We know, acceleration due to gravity at depth $d$ ,
$g\left( d \right)=g\left( 1-\dfrac{d}{{{R}_{E}}} \right)$
Putting the value of $g\left( d \right)=\dfrac{2g}{5}$ , we get
$\Rightarrow \dfrac{2}{5}=\left( 1-\dfrac{d}{{{R}_{E}}} \right)$
$\Rightarrow \dfrac{d}{{{R}_{E}}}=\left( 1-\dfrac{2}{5} \right)$
$\Rightarrow \dfrac{d}{{{R}_{E}}}=\dfrac{3}{5}$
$\Rightarrow d=\dfrac{3}{5}{{R}_{E}}$
Therefore, the depth $d$ at which the acceleration due to gravity is $\dfrac{2g}{5}$ is equal to $\dfrac{3}{5}{{R}_{E}}$ .

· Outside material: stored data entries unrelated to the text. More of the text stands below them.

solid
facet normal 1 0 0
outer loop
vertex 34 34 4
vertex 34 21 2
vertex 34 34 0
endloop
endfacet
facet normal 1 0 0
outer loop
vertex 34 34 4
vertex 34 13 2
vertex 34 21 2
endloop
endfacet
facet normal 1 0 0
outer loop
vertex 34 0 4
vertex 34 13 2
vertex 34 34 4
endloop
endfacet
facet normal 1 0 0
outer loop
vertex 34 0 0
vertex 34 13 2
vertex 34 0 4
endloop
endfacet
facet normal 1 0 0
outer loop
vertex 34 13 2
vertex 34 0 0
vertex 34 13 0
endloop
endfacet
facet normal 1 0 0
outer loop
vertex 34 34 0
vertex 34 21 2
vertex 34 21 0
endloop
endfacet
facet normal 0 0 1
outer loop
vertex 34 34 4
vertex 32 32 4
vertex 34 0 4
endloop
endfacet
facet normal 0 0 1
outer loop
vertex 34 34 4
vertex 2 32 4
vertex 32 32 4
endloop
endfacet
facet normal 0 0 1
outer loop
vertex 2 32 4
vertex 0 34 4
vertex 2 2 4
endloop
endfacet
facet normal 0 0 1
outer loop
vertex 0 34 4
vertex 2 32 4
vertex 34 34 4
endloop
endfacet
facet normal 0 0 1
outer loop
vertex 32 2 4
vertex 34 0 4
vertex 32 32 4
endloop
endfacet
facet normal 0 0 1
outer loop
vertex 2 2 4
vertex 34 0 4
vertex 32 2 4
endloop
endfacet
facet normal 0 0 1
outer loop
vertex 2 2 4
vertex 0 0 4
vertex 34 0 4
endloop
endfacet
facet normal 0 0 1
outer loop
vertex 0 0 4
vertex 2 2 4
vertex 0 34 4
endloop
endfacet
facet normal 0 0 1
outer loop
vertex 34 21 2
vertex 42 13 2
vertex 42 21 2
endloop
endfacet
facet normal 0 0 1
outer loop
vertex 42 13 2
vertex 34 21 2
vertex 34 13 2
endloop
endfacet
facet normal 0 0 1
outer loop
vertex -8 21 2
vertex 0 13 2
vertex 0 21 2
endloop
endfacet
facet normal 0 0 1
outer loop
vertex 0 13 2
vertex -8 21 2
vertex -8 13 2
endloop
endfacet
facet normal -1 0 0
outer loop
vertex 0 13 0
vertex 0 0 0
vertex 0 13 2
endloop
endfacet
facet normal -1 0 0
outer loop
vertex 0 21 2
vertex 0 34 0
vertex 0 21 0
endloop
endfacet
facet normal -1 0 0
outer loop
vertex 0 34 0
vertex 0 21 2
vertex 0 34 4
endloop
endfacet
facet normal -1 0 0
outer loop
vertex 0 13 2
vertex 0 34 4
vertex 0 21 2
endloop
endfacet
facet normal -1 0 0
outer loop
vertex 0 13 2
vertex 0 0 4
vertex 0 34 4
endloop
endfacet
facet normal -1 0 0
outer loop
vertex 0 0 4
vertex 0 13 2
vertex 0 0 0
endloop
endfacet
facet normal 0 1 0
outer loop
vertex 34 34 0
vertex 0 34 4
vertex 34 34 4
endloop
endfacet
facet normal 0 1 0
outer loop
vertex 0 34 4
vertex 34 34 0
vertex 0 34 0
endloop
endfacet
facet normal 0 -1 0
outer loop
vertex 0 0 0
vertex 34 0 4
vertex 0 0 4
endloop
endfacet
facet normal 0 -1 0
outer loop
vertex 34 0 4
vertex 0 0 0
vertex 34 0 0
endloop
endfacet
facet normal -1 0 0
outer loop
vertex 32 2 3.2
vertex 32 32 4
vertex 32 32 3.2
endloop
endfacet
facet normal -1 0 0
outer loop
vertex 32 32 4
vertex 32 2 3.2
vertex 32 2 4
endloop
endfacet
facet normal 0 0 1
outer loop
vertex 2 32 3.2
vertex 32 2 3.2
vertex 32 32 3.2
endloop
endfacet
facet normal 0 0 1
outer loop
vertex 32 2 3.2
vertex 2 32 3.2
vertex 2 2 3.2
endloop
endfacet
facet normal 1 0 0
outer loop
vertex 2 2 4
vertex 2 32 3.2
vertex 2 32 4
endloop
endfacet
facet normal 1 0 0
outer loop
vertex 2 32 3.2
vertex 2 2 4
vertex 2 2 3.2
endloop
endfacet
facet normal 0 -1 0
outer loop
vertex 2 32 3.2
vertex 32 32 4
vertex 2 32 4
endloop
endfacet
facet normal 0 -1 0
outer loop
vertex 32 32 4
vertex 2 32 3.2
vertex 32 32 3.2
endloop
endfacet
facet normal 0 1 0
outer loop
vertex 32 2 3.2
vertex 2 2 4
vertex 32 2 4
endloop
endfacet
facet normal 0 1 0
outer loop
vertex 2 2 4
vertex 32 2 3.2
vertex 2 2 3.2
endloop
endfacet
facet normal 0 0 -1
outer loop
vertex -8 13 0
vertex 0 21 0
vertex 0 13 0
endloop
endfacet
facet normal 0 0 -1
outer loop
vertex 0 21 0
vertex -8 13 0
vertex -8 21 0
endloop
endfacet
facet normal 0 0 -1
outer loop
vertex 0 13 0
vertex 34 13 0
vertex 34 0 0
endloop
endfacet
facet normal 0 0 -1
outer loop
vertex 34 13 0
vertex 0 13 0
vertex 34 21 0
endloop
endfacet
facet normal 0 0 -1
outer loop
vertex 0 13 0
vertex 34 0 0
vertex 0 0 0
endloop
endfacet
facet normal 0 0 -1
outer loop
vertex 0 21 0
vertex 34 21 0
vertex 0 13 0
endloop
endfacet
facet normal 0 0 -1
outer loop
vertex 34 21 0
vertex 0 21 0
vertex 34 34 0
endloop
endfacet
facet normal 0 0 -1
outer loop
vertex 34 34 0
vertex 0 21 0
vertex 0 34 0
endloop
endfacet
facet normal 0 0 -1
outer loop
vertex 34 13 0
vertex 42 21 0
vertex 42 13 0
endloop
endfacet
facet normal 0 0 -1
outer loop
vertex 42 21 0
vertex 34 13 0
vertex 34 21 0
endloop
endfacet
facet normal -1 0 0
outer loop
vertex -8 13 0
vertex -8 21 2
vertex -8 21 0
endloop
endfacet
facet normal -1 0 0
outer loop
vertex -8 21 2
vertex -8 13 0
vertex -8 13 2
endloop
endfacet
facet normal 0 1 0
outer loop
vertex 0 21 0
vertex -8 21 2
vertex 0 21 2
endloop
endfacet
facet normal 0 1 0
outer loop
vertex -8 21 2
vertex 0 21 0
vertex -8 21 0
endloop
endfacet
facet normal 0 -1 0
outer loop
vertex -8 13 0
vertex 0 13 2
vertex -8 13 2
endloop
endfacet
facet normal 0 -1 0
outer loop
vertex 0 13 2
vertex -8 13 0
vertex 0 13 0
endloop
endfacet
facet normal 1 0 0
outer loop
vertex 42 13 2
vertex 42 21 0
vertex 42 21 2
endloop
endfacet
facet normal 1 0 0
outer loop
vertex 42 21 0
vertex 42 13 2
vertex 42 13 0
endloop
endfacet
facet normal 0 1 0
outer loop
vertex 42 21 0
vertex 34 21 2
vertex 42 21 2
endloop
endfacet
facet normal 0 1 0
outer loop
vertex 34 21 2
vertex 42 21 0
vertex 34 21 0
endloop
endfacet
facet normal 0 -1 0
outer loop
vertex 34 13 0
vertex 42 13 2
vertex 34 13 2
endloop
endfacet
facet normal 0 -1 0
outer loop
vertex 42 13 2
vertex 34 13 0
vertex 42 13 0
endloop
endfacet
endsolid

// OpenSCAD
// =============================================================================
// ISKANDER HEARTH — Standalone QR Code Repair Surface v1
// File: qr_surface_v1.scad
// =============================================================================
// License : CERN Open Hardware Licence v2 – Strongly Reciprocal (CERN-OHL-S)
//           https://ohwr.org/cern_ohl_s_v2.txt
//
// WHAT THIS FILE IS
//   A printable QR code holder tile that can be adhesive-mounted to the
//   interior of ANY chassis (commercial Mini-ITX cases, Tier 1 Mini PCs, etc.)
//   when a custom Iskander Hearth chassis has not been built yet.
//
//   Inspired by Framework Laptop's internal repair QR system.
//
// HOW TO USE
//   1. Print this tile in PLA or PETG (no supports needed).
//   2. Generate a QR code linking to the component's repair guide.
//      Recommended size: 26×26mm (fits within the 28×28mm recess with margin).
//   3. Print on adhesive polyester label stock and trim to 28×28mm.
//   4. Press the label into the recessed area — the 2mm border holds it flush.
//   5. Apply 3M double-sided foam tape to the flat back of the tile.
//   6. Mount inside your chassis wall next to the relevant component.
//
// THREE TILES ARE NEEDED PER TIER 2 BUILD
//   - GPU bay tile   → links to boms/tier2_commons.md (component T2-004)
//   - PSU bay tile   → links to boms/tier2_commons.md (component T2-007)
//   - SSD bay tile   → links to boms/tier2_commons.md (component T2-006)
// =============================================================================

// =============================================================================
// PARAMETERS — modify here
// =============================================================================

qr_size          = 30;   // [mm]  Square area for the QR sticker. 30mm = Framework standard.
                         //       <-- CHANGE ME if your sticker is a different size

qr_recess_depth  = 0.8;  // [mm]  How deep the sticker sits into the recess.
                         //       Increase if your label stock is thick.

qr_border        = 2;    // [mm]  Raised border width around the recess.
                         //       2mm provides enough structure for the sticker edge.

tile_thickness   = 2.0;  // [mm]  Total tile thickness including platform.
                         //       2mm is printable and rigid enough.

mount_tab_w      = 8;    // [mm]  Width of the mounting tab on each of the two sides.
mount_tab_h      = 5;    // [mm]  Height of mounting tab (protrudes below the tile base).
                         //       The tabs act as guides when pressing the tile against a wall.

// =============================================================================
// DERIVED DIMENSIONS
// =============================================================================

total_w = qr_size + qr_border * 2;    // = 30 + 4 = 34mm (outer width of tile)
total_d = qr_size + qr_border * 2;    // = 34mm (outer depth)
platform_raise = 2.0;                  // [mm]  How far the QR platform sits above the base

// =============================================================================
// QR SURFACE TILE MODULE
// =============================================================================

module qr_tile() {
    union() {
        // Base plate — the flat back that adheres to the chassis wall
        cube([total_w, total_d, tile_thickness]);

        // Raised platform — sits on top of base plate, recessed for sticker
        translate([0, 0, tile_thickness])
        difference() {
            // Platform solid
            cube([total_w, total_d, platform_raise]);

            // Sticker recess — sunken area for QR label
            // Recess is exactly qr_size × qr_size, qr_recess_depth deep
            translate([qr_border, qr_border, platform_raise - qr_recess_depth])
            cube([qr_size, qr_size, qr_recess_depth + 0.1]);
        }

        // Left mounting tab
        translate([-mount_tab_w, total_d / 2 - 4, 0])
        cube([mount_tab_w, 8, tile_thickness]);

        // Right mounting tab
        translate([total_w, total_d / 2 - 4, 0])
        cube([mount_tab_w, 8, tile_thickness]);
    }
}

// =============================================================================
// RENDER
// Press F6, then File > Export > Export as STL.
// Print 3 copies per Tier 2 node: GPU / PSU / SSD bay.
// =============================================================================

qr_tile();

Hence, the correct option would be (B) $\dfrac{3}{5}{{R}_{{}}}$

So, the correct answer is “Option B”.

Note: One is advised to must remember that just like the acceleration due to gravity decreases by a factor of $\left( 1-\dfrac{d}{{{R}_{E}}} \right)$ at depth $d$ , it also decreases by a factor of $\left( 1-\dfrac{2h}{{{R}_{E}}} \right)$ at a height h above the Surface of Earth and these changes are only subjected to Earth and not any other planet. And at the surface of Earth, $g$ has a stable value of $9.8m{{s}^{-2}}$ .